Data menunjukkan harga TBS saat ini berkisar antara Rp2.070 hingga Rp2.450 per kilogram. Angka ini jauh lebih rendah dibandingkan sebelumnya yang mencapai Rp2.600 hingga Rp3.000 per kilogram. Gubernur menilai penetapan harga tersebut tidak wajar, karena tidak sejalan dengan harga minyak sawit mentah di pasar dunia yang masih relatif stabil.
Ia meminta perwakilan perusahaan menyampaikan hal ini kepada manajemen pusat masing-masing. Menurutnya, penurunan harga yang terjadi tidak memiliki dasar yang jelas jika dilihat dari kondisi pasar global. Gubernur juga menegaskan akan terus memantau perkembangan harga secara langsung dan melaporkannya ke pemerintah pusat.
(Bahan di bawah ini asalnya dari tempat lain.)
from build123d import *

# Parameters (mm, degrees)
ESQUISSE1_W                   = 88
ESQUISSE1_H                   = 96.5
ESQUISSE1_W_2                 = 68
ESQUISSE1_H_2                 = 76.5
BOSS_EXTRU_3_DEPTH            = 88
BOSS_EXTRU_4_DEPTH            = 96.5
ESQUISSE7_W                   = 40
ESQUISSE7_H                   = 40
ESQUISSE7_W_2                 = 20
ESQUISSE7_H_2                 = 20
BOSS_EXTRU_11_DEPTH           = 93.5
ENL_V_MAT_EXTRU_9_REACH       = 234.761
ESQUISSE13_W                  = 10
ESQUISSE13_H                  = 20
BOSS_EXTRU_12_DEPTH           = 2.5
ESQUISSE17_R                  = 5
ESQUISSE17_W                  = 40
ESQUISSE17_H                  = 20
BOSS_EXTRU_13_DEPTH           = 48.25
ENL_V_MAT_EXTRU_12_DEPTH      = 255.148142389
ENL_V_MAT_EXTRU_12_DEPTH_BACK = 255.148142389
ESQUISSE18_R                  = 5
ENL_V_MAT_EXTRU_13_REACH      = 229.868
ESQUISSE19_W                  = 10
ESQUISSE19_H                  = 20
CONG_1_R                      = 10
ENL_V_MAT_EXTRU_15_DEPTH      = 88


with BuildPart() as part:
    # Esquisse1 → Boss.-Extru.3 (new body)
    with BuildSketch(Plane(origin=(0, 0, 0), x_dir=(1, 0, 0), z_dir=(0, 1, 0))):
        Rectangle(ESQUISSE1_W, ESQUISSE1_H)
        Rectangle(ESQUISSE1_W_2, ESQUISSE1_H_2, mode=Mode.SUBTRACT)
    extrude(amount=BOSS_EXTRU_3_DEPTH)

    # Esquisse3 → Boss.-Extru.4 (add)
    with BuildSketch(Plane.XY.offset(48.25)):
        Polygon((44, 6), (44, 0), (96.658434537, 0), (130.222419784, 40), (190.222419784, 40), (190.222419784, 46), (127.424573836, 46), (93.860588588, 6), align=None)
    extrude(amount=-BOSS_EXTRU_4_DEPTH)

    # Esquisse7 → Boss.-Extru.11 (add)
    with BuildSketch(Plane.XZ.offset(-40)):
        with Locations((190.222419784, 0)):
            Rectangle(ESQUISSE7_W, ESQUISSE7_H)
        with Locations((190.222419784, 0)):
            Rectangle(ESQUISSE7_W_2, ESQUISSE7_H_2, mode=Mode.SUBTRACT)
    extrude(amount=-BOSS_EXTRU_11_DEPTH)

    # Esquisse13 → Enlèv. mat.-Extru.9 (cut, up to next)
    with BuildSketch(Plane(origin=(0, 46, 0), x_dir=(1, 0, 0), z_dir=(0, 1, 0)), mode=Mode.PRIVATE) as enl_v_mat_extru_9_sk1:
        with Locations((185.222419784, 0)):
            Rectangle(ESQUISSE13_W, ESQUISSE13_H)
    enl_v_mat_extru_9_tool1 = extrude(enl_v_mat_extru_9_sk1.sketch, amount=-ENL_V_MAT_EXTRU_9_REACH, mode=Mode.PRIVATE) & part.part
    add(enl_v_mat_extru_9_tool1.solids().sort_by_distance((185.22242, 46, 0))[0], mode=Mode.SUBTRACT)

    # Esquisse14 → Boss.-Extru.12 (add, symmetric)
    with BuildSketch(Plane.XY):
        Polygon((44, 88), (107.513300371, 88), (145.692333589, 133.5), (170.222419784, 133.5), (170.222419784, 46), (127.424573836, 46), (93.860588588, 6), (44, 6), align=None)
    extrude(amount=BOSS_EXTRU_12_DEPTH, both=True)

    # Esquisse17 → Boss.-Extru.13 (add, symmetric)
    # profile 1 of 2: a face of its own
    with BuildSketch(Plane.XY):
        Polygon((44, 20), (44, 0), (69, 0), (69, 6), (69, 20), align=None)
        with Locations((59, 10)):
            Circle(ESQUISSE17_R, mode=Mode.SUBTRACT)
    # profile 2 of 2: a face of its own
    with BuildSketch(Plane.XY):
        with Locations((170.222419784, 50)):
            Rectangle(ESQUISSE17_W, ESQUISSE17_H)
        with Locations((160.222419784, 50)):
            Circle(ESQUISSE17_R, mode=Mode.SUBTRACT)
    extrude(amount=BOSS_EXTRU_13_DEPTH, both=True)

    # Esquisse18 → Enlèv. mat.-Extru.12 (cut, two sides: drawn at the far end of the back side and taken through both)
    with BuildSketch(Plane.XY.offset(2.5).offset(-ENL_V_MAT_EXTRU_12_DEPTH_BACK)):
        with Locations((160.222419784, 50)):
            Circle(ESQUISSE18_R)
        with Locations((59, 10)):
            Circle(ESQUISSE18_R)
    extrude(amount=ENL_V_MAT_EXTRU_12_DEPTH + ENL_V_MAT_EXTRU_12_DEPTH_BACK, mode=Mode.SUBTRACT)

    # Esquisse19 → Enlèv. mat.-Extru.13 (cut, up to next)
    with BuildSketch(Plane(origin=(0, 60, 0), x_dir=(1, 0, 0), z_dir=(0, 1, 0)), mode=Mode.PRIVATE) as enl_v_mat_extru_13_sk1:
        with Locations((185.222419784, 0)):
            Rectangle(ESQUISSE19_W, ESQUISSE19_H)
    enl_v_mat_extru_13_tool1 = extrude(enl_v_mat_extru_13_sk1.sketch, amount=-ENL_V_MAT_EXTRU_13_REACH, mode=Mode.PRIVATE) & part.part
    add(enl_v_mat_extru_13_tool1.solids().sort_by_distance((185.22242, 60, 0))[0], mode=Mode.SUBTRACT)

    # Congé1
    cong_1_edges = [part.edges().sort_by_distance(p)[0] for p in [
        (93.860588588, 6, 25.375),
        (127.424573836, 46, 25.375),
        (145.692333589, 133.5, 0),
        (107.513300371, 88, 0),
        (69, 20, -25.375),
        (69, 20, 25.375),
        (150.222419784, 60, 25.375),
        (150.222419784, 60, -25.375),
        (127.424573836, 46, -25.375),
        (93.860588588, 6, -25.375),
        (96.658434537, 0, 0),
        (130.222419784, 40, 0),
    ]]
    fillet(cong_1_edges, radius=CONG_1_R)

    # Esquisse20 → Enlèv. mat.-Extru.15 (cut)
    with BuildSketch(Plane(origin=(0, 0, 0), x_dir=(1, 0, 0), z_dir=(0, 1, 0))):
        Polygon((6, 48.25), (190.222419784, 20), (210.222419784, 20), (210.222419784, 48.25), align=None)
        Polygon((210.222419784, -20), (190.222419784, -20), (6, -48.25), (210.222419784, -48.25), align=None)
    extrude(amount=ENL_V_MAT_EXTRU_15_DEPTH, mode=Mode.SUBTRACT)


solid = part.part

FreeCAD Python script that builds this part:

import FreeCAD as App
import Part
import Sketcher
Q = App.Units.Quantity


def edges_at(feature, points):
    """Names of the edges that pass closest to the given points."""
    edges = feature.Shape.Edges
    near = lambda p: min(range(len(edges)), key=lambda i: edges[i].distToShape(Part.Vertex(*p))[0])
    return sorted({f"Edge{near(p) + 1}" for p in points})


def add_polygon(sketch, points):
    """Adds a closed chain of lines whose ends are joined by coincident constraints."""
    first, n = sketch.GeometryCount, len(points)
    for a, b in zip(points, points[1:] + points[:1]):
        sketch.addGeometry(Part.LineSegment(App.Vector(*a, 0), App.Vector(*b, 0)), False)
    for i in range(n):
        sketch.addConstraint(Sketcher.Constraint("Coincident", first + i, 2, first + (i + 1) % n, 1))

doc = App.newDocument("Part")
body = doc.addObject("PartDesign::Body", "Body")

# Sketch on XZ plane
sketch1 = body.newObject("Sketcher::SketchObject", "Sketch")
sketch1.AttachmentSupport = (doc.getObject("XZ_Plane"), [""])
sketch1.MapMode = "FlatFace"
add_polygon(sketch1, [(-44, -48), (-44, 48), (44, 48), (44, -48)])  # lines 0-3
add_polygon(sketch1, [(34, 38), (-34, 38), (-34, -38), (34, -38)])  # lines 4-7
sketch1.addConstraint([
    Sketcher.Constraint("Vertical", 0),
    Sketcher.Constraint("Horizontal", 1),
    Sketcher.Constraint("Vertical", 2),
    Sketcher.Constraint("Horizontal", 3),
    Sketcher.Constraint("Horizontal", 4),
    Sketcher.Constraint("Vertical", 5),
    Sketcher.Constraint("Horizontal", 6),
    Sketcher.Constraint("Vertical", 7),
    Sketcher.Constraint("Symmetric", 0, 2, 2, 2, -1, 1),
    Sketcher.Constraint("Symmetric", 4, 2, 6, 2, -1, 1),
    Sketcher.Constraint("DistanceX", 1, 1, 1, 2, Q("88 mm")),
    Sketcher.Constraint("DistanceX", 4, 2, 4, 1, Q("68 mm")),
    Sketcher.Constraint("DistanceY", 0, 1, 0, 2, Q("96.5 mm")),
    Sketcher.Constraint("DistanceY", 5, 2, 5, 1, Q("76.5 mm")),
])
pad1 = body.newObject("PartDesign::Pad", "Pad")
pad1.Profile = sketch1
pad1.Length = 88
pad1.Reversed = True

# Sketch on XY plane
sketch2 = body.newObject("Sketcher::SketchObject", "Sketch001")
sketch2.AttachmentSupport = (doc.getObject("XY_Plane"), [""])
sketch2.MapMode = "FlatFace"
sketch2.AttachmentOffset = App.Placement(App.Vector(0, 0, 48.25), App.Rotation())
add_polygon(sketch2, [(44, 6), (44, 0), (97, 0), (130, 40), (190, 40), (190, 46), (127, 46), (94, 6)])  # lines 0-7
sketch2.addConstraint([
    Sketcher.Constraint("Vertical", 0),
    Sketcher.Constraint("Horizontal", 1),
    Sketcher.Constraint("Horizontal", 3),
    Sketcher.Constraint("Vertical", 4),
    Sketcher.Constraint("Horizontal", 5),
    Sketcher.Constraint("Horizontal", 7),
    Sketcher.Constraint("PointOnObject", 0, 2, -1),
    Sketcher.Constraint("Parallel", 2, 6),
    Sketcher.Constraint("Equal", 0, 4),
    Sketcher.Constraint("DistanceX", 3, 1, 3, 2, Q("60 mm")),
    Sketcher.Constraint("DistanceY", 0, 2, 0, 1, Q("6 mm")),
    Sketcher.Constraint("Angle", 2, Q("50 deg")),
    Sketcher.Constraint("DistanceX", -1, 1, 0, 2, Q("44 mm")),
    Sketcher.Constraint("DistanceY", -1, 1, 2, 2, Q("40 mm")),
    Sketcher.Constraint("DistanceX", 7, 2, 7, 1, Q("49.860589 mm")),
    Sketcher.Constraint("DistanceX", 1, 1, 1, 2, Q("52.658435 mm")),
])
pad2 = body.newObject("PartDesign::Pad", "Pad001")
pad2.Profile = sketch2
pad2.Length = 96.5
pad2.Reversed = True

# Sketch on XZ plane
sketch3 = body.newObject("Sketcher::SketchObject", "Sketch002")
sketch3.AttachmentSupport = (doc.getObject("XZ_Plane"), [""])
sketch3.MapMode = "FlatFace"
sketch3.AttachmentOffset = App.Placement(App.Vector(0, 0, -40), App.Rotation())
add_polygon(sketch3, [(170, 20), (170, -20), (210, -20), (210, 20)])  # lines 0-3
add_polygon(sketch3, [(200, -10), (180, -10), (180, 10), (200, 10)])  # lines 4-7
sketch3.addConstraint([
    Sketcher.Constraint("Vertical", 0),
    Sketcher.Constraint("Horizontal", 1),
    Sketcher.Constraint("Vertical", 2),
    Sketcher.Constraint("Horizontal", 3),
    Sketcher.Constraint("Horizontal", 4),
    Sketcher.Constraint("Vertical", 5),
    Sketcher.Constraint("Horizontal", 6),
    Sketcher.Constraint("Vertical", 7),
    Sketcher.Constraint("Equal", 3, 0),
    Sketcher.Constraint("Equal", 6, 5),
    Sketcher.Constraint("DistanceX", 1, 1, 1, 2, Q("40 mm")),
    Sketcher.Constraint("DistanceX", 4, 2, 4, 1, Q("20 mm")),
    Sketcher.Constraint("DistanceY", 0, 2, -1, 1, Q("20 mm")),
    Sketcher.Constraint("DistanceY", 4, 2, -1, 1, Q("10 mm")),
    Sketcher.Constraint("DistanceX", 0, 2, 4, 2, Q("10 mm")),
    Sketcher.Constraint("DistanceX", -1, 1, 0, 2, Q("170.22242 mm")),
])
pad3 = body.newObject("PartDesign::Pad", "Pad002")
pad3.Profile = sketch3
pad3.Length = 93.5
pad3.Reversed = True

# Sketch on XZ plane
sketch4 = body.newObject("Sketcher::SketchObject", "Sketch003")
sketch4.AttachmentSupport = (doc.getObject("XZ_Plane"), [""])
sketch4.MapMode = "FlatFace"
sketch4.AttachmentOffset = App.Placement(App.Vector(0, 0, -46), App.Rotation())
add_polygon(sketch4, [(180, -10), (180, 10), (190, 10), (190, -10)])  # lines 0-3
sketch4.addConstraint([
    Sketcher.Constraint("Vertical", 0),
    Sketcher.Constraint("Horizontal", 1),
    Sketcher.Constraint("Vertical", 2),
    Sketcher.Constraint("Horizontal", 3),
    Sketcher.Constraint("DistanceX", 1, 1, 1, 2, Q("10 mm")),
    Sketcher.Constraint("DistanceY", 0, 1, 0, 2, Q("20 mm")),
    Sketcher.Constraint("DistanceY", -1, 1, 0, 2, Q("10 mm")),
    Sketcher.Constraint("DistanceX", -1, 1, 0, 2, Q("180.22242 mm")),
])
pocket1 = body.newObject("PartDesign::Pocket", "Pocket")
pocket1.Profile = sketch4
pocket1.Type = "UpToFirst"
pocket1.Reversed = True

# Sketch on XY plane
sketch5 = body.newObject("Sketcher::SketchObject", "Sketch004")
sketch5.AttachmentSupport = (doc.getObject("XY_Plane"), [""])
sketch5.MapMode = "FlatFace"
add_polygon(sketch5, [(108, 88), (44, 88), (44, 6), (94, 6), (127, 46), (170, 46), (170, 134), (146, 134)])  # lines 0-7
sketch5.addConstraint([
    Sketcher.Constraint("Horizontal", 0),
    Sketcher.Constraint("Vertical", 1),
    Sketcher.Constraint("Horizontal", 2),
    Sketcher.Constraint("Horizontal", 4),
    Sketcher.Constraint("Vertical", 5),
    Sketcher.Constraint("Horizontal", 6),
    Sketcher.Constraint("Parallel", 3, 7),
    Sketcher.Constraint("DistanceY", 1, 2, 1, 1, Q("82 mm")),
    Sketcher.Constraint("Angle", 3, Q("50 deg")),
    Sketcher.Constraint("DistanceY", 5, 1, 5, 2, Q("87.5 mm")),
    Sketcher.Constraint("DistanceX", -1, 1, 0, 2, Q("44 mm")),
    Sketcher.Constraint("DistanceY", -1, 1, 0, 2, Q("88 mm")),
    Sketcher.Constraint("DistanceY", -1, 1, 3, 2, Q("46 mm")),
    Sketcher.Constraint("DistanceX", 0, 2, 0, 1, Q("63.5133 mm")),
    Sketcher.Constraint("DistanceX", 2, 1, 2, 2, Q("49.860589 mm")),
    Sketcher.Constraint("DistanceX", 4, 1, 4, 2, Q("42.797846 mm")),
])
pad4 = body.newObject("PartDesign::Pad", "Pad003")
pad4.Profile = sketch5
pad4.Length = 5
pad4.Midplane = True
“Kalau harga tidak segera berubah dan ada perintah dari pusat, saya siap mencabut izin operasinya. Saya harus tunduk pada aturan pemerintah, tapi juga tidak bisa membiarkan rakyat dirugikan,” tegasnya. Ia memahami risiko jika perusahaan berhenti beroperasi, karena akan berdampak pada terhentinya pembelian hasil panen petani.
Gubernur menegaskan memiliki tanggung jawab ganda: melindungi keberlangsungan investasi sekaligus menjaga kesejahteraan masyarakat. Ia menekankan bahwa harus ada titik temu yang adil, di mana pengusaha tetap berjalan dan petani mendapatkan harga yang layak untuk hasil kerjanya.
Dijelaskan pula bahwa sejak 1 Juni lalu, kegiatan ekspor masih dilakukan perusahaan namun berada di bawah pengawasan Danantara Sumberdaya Indonesia. Rencananya, pengelolaan penuh akan beralih ke lembaga tersebut mulai Januari 2027. Sebagai tindak lanjut, seluruh perusahaan diminta segera menyampaikan pesan ini kepada pimpinan di pusat agar dilakukan peninjauan ulang terhadap harga pembelian TBS.